Maybe I should restate my question.

Why are the text books, and queen rearing classes promoting having drone drone yards vs having the same number of drone producing colonies in your queen rearing apiary. Surely there is a valid reason for having the drones farther away from the virgin queen and for them all to congregate in a DCA. Does the distance between the drone producing colonies and the queen rearing apiaries help increase the mix of drones?

Ron


----------



## mike bispham (May 23, 2009)

BabcockFarms said:


> Surely there is a valid reason for having the drones farther away from the virgin queen and for them all to congregate in a DCA. Does the distance between the drone producing colonies and the queen rearing apiaries help increase the mix of drones?


That's my way of thinking too Ron. I've read drones get about quite a lot. Do you make special arrangements to ensure large drone populations? 

Mike (UK)


----------



## Oldtimer (Jul 4, 2010)

Regardless of what some studies say, the technical difficulty and expense of having drone production hives 2 miles away from your mating yard in various directions is for most of us too much. Just have them in or next to your mating yard. Careful of robbing of course.

Here is a pic of a nice drone comb from my own drone producing hives, you can have 2 to 3 of these combs in a hive and they can potentially turn out around 2,500 drones per frame each 25 day cycle. Several of these hives can have the air pumping with drones at mating time of the day the noise is amazing.


----------



## BabcockFarms (Jan 14, 2012)

Mike, I do have plastic drone frames that I use to produce masses of drones as well as using them to some extent for verroa control when not breeding queens.

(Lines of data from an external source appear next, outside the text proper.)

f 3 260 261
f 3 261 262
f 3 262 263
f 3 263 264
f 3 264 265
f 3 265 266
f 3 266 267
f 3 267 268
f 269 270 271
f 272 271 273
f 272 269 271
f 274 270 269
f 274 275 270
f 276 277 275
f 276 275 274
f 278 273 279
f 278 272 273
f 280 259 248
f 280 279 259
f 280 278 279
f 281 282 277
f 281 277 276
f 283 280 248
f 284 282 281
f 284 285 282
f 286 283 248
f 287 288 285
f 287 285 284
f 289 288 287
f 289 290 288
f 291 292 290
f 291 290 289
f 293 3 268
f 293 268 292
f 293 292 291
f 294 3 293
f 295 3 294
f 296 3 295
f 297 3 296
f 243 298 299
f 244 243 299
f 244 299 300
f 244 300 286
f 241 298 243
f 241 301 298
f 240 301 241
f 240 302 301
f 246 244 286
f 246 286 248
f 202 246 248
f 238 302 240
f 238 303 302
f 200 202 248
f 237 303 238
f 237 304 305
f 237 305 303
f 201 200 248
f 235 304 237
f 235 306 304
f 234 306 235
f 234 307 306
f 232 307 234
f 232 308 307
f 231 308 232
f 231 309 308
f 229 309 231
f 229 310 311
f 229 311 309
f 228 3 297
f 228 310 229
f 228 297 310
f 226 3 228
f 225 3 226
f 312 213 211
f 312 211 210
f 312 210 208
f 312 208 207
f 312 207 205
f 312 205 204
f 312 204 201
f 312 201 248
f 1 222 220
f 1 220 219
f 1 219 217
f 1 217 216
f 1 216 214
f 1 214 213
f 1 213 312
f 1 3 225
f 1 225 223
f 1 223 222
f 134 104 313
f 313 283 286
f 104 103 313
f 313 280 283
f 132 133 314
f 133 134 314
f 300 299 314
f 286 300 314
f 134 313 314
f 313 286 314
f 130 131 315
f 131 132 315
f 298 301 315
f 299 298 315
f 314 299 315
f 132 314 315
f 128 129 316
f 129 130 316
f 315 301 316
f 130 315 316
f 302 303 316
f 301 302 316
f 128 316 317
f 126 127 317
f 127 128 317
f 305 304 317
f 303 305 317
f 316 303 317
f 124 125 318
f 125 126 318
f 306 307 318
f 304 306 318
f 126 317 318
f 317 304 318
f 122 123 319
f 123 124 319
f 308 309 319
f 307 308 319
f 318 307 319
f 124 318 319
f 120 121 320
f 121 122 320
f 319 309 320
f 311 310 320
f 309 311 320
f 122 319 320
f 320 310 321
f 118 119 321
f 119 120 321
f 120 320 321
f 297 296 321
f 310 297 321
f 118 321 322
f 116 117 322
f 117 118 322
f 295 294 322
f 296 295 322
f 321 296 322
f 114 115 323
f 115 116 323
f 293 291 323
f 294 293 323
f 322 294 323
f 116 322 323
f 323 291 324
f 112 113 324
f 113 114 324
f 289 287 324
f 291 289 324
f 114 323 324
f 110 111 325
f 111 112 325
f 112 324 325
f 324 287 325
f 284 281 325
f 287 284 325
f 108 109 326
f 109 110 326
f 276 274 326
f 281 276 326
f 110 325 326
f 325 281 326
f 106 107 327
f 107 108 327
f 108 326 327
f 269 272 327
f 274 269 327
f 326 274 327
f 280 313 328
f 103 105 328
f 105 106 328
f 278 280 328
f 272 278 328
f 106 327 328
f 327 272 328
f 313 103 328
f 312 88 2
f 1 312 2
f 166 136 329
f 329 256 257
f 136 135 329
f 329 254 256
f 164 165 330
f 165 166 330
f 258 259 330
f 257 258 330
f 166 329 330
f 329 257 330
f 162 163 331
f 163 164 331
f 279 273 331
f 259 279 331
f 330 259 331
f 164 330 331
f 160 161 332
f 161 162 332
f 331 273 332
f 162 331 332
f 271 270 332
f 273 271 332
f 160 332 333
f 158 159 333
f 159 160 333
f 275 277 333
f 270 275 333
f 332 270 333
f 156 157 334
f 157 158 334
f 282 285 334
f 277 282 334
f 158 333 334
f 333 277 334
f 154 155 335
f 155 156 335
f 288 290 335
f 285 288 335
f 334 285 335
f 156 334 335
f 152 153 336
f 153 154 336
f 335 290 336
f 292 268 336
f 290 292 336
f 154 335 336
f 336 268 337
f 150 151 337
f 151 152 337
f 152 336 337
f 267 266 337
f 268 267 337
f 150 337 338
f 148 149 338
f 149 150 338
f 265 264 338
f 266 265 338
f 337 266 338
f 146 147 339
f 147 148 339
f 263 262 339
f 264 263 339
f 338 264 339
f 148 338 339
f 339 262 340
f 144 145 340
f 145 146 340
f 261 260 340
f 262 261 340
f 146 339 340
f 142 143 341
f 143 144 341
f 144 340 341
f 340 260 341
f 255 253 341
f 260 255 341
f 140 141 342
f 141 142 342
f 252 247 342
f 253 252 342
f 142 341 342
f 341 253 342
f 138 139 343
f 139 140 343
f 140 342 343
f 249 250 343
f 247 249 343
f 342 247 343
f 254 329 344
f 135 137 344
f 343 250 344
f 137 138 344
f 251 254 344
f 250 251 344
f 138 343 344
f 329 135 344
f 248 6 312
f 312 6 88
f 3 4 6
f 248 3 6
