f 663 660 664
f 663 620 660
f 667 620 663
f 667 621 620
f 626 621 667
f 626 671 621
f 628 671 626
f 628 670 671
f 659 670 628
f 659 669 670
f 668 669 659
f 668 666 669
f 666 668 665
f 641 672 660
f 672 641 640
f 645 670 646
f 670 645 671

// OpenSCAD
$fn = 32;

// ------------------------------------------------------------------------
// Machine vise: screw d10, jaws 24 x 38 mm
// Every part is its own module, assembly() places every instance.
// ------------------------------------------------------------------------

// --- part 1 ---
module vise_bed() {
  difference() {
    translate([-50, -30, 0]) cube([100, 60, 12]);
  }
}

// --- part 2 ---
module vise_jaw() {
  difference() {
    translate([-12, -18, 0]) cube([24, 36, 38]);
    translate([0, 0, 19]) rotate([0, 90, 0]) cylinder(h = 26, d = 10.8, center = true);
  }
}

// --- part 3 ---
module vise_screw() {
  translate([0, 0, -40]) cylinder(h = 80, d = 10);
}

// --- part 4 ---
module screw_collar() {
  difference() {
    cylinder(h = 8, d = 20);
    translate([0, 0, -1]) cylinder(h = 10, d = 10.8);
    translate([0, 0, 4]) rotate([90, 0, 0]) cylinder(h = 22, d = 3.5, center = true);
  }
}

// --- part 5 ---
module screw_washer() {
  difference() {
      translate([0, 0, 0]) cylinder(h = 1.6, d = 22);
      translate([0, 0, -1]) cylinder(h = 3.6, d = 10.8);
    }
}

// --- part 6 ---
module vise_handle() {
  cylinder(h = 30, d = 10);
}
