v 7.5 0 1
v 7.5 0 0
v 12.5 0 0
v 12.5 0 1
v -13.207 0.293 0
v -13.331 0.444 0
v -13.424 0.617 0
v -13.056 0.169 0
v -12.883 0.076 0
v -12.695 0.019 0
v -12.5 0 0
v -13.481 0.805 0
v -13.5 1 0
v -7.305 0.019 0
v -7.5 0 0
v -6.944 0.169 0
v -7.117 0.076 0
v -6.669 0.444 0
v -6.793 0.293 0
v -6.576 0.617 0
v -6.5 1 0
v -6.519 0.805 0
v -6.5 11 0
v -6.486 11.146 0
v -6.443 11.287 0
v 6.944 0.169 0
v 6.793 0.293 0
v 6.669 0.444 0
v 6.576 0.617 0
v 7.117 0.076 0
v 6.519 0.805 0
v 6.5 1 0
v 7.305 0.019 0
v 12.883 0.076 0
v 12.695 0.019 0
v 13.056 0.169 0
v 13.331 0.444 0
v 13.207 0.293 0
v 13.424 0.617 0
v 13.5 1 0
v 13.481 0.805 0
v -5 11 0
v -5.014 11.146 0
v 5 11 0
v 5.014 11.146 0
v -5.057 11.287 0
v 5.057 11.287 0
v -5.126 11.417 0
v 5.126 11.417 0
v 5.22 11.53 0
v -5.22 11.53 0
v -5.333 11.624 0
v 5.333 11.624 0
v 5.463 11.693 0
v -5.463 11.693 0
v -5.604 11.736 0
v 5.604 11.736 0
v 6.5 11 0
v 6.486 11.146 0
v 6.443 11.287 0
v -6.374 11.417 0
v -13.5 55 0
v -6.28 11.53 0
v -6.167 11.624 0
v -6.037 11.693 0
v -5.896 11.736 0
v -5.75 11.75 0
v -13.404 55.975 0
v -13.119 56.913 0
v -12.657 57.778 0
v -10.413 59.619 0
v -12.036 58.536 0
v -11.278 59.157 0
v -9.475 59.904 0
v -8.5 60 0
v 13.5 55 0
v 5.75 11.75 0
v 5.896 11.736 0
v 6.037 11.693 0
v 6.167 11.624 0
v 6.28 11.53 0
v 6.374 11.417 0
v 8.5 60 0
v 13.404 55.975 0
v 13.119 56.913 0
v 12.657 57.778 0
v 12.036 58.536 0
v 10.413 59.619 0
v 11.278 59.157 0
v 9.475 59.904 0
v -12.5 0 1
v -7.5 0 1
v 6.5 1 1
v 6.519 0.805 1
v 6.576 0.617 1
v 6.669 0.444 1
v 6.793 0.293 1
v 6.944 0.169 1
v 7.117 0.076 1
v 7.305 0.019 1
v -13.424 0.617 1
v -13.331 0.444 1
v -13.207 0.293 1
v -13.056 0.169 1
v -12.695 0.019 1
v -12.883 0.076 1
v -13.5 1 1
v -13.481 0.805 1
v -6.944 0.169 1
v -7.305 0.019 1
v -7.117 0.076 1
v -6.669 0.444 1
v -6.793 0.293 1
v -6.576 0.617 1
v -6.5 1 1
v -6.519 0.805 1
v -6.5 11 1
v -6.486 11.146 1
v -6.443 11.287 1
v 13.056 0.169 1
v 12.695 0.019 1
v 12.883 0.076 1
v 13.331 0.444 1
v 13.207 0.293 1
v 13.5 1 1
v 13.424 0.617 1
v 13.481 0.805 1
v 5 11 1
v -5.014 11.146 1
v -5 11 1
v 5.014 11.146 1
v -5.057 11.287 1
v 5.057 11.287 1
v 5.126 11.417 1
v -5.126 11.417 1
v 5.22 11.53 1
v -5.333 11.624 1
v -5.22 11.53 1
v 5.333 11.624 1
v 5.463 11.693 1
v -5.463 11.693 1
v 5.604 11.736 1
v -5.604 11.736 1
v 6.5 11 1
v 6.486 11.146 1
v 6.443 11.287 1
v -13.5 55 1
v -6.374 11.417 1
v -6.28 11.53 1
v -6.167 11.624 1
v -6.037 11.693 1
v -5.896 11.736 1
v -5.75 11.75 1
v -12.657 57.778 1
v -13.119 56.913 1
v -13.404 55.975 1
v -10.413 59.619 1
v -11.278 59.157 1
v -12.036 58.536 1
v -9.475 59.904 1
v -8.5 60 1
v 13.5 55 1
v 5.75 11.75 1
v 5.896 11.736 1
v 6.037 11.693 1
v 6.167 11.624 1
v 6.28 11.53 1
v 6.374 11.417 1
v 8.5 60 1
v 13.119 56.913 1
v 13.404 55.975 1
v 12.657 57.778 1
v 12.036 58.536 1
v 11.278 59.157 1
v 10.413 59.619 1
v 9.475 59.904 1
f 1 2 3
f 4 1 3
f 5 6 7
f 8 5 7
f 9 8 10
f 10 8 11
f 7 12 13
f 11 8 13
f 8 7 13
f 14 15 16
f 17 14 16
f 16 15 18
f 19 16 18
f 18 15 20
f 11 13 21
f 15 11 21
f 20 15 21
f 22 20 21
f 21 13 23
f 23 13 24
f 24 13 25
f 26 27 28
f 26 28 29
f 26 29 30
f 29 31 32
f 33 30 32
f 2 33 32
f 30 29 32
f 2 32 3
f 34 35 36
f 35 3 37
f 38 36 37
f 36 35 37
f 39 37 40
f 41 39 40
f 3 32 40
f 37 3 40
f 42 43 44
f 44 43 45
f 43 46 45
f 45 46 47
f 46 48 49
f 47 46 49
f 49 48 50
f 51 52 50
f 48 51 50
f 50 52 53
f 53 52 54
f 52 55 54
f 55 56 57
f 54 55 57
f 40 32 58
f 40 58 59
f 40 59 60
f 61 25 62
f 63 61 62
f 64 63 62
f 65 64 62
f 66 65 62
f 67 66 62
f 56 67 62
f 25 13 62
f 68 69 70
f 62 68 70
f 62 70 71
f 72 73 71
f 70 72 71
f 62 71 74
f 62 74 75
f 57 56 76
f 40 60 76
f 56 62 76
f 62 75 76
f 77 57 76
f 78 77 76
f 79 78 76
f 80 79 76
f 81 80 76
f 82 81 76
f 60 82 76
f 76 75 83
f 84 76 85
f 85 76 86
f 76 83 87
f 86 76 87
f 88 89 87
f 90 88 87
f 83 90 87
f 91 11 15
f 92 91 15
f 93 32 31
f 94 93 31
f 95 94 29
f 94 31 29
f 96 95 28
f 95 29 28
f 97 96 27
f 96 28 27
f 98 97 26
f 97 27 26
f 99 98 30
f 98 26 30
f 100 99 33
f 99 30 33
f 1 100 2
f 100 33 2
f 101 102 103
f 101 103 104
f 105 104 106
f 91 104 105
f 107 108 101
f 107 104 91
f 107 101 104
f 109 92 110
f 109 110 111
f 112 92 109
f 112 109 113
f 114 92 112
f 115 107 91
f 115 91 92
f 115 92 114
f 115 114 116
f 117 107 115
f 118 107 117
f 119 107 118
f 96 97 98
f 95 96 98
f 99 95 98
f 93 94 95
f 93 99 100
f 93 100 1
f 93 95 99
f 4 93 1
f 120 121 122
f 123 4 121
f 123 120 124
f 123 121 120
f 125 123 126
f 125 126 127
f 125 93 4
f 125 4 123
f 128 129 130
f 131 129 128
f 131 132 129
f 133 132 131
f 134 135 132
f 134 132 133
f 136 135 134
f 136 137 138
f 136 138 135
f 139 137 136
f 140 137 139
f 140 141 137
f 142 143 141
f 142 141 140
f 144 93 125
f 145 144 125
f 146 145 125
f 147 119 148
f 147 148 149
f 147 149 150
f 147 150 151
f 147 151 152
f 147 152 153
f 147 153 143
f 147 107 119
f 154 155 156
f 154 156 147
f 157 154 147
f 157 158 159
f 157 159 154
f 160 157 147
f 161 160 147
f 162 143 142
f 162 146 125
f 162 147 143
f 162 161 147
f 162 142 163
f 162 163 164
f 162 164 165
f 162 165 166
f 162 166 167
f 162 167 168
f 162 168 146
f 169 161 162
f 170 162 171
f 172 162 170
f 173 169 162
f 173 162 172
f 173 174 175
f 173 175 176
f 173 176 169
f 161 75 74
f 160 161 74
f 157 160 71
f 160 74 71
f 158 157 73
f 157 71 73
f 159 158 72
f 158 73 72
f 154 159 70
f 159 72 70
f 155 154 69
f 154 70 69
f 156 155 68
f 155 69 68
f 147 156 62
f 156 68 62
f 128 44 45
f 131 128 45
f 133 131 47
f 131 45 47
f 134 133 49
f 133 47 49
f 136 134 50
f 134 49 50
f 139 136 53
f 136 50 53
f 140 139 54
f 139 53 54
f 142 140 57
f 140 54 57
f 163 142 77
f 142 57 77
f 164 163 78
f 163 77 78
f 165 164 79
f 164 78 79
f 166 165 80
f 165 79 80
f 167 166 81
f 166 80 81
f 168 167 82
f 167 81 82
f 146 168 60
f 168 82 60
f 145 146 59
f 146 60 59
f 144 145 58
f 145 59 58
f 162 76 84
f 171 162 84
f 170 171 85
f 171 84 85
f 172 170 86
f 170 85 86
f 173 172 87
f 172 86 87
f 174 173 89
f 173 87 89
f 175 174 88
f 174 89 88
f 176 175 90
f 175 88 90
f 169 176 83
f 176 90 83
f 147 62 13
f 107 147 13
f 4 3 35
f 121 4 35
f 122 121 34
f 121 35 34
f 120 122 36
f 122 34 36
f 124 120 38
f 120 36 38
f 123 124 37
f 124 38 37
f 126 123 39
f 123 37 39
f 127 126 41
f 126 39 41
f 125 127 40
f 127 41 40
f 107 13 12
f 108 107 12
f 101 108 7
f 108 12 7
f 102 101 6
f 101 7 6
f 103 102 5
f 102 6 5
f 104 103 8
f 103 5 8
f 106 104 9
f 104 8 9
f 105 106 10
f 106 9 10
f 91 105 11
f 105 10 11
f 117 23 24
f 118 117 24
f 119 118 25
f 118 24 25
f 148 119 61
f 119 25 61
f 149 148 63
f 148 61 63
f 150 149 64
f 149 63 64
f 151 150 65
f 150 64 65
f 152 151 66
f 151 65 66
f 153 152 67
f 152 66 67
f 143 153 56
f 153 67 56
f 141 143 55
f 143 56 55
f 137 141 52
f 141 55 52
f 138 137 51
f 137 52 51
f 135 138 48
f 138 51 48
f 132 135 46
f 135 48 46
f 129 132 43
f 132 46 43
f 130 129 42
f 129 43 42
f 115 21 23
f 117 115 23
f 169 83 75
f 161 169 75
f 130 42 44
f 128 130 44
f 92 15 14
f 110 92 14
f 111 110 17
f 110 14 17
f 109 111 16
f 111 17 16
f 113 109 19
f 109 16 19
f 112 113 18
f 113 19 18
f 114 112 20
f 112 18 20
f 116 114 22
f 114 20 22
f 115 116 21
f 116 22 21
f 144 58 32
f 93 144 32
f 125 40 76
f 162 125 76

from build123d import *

# Parameters (mm, degrees)
F1_DEPTH = 1


with BuildPart() as f1:
    # F0 (on Top) → F1 (new body)
    with BuildSketch(Plane.XY):
        with BuildLine():
            ThreePointArc((-13.5, 1), (-13.207107, 0.292893), (-12.5, 0))
            Line((-12.5, 0), (-7.5, 0))
            ThreePointArc((-7.5, 0), (-6.792893, 0.292893), (-6.5, 1))
            Line((-6.5, 1), (-6.5, 11))
            ThreePointArc((-6.5, 11), (-5.75, 11.75), (-5, 11))
            Line((-5, 11), (0, 11))
            Line((0, 11), (5, 11))
            ThreePointArc((5, 11), (5.75, 11.75), (6.5, 11))
            Line((6.5, 11), (6.5, 1))
            ThreePointArc((6.5, 1), (6.792893, 0.292893), (7.5, 0))
            Line((7.5, 0), (12.5, 0))
            ThreePointArc((12.5, 0), (13.207107, 0.292893), (13.5, 1))
            Line((13.5, 1), (13.5, 55))
            ThreePointArc((13.5, 55), (12.035534, 58.535534), (8.5, 60))
            Line((8.5, 60), (0, 60))
            Line((0, 60), (-8.5, 60))
            ThreePointArc((-8.5, 60), (-12.035534, 58.535534), (-13.5, 55))
            Line((-13.5, 55), (-13.5, 1))
        make_face()
    extrude(amount=F1_DEPTH)


solid = f1.part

OldTimer, Nice looking drone comb, how did you get so much drone comb in what appears to be a wooden perhaps foundationless frame?

I am fortunate that I have neighbors that want hives on their ground all around me. So if it is truly beneficial to have outlying drone yards it wouldn't be an issue other than having to take care of them an multiple locations...


----------



## Fusion_power (Jan 14, 2005)

Queens by preference fly about 1 to 1.5 miles to mate. Drones rarely fly more than 1/2 of a mile from the colony they originate in. This is why drone yards are suggested for best queen mating. Also, putting drone colonies at 1 to 2 miles from the queen mating area tends to saturate the area with desirable drones. This reduces the chance of mating with feral and/or unselected drones.


----------



## beekuk (Dec 31, 2008)

In my isolated mating apiaries the drone providers are placed in the same apiary, along with the mating nucs containing the virgin queens, i have witnessed the queens being mated within the apiary quite a few times, often several virgins out mating at the same time, being chased by a comet of drones numbering from 20 or 30 to around 150, flying from just a few feet above ground to as high as can be seen, and usually within a hundred or so yards radius of the apiary. In more populated areas i have found marked drones turning up in hives eight miles from the hive they originated from, i believe they have been found to travel much further, as they are allowed in just about any hive, so they do this in stages... as Manley noted, this makes perfect sense really, why would a queen go on risky long distance mating flights with a chance of being eaten by a bird such as a swallow or some similar fate, it is not in the best interests of the survival of the colony, getting out, mated, and back in safety as quick as possible is. 
But genetic diversity is also important, hence why the drones cover greater distances, go into any hives...and are much more expendable (if a few get eaten) because of their numbers compared to a valuable queen.


----------



## Oldtimer (Jul 4, 2010)

What breeds are those Beekuk?


----------



## Oldtimer (Jul 4, 2010)

BabcockFarms said:


> how did you get so much drone comb in what appears to be a wooden perhaps foundationless frame?...


You are correct it's foundationless, I just put the frames with a starter strip in a hive and the bees build them into drone comb because the other combs are worker cos they were built on foundation.

Only trick is to remember drone combs are wider so leave the comb each side of it separated away from it a bit so the bees are comfortable it is a good place to build drone comb. The frames are wired in the normal way.


----------



## beekuk (Dec 31, 2008)

OT.
Predominately Buckfast, but other sub species used as well, such as Anatolian, Cypria, Carnica, Ligustica etc.


----------



## Oldtimer (Jul 4, 2010)

Hmm well that kind of covers the field.


----------



## mike bispham (May 23, 2009)

Oldtimer said:


> .... the other combs are worker cos they were built on foundation.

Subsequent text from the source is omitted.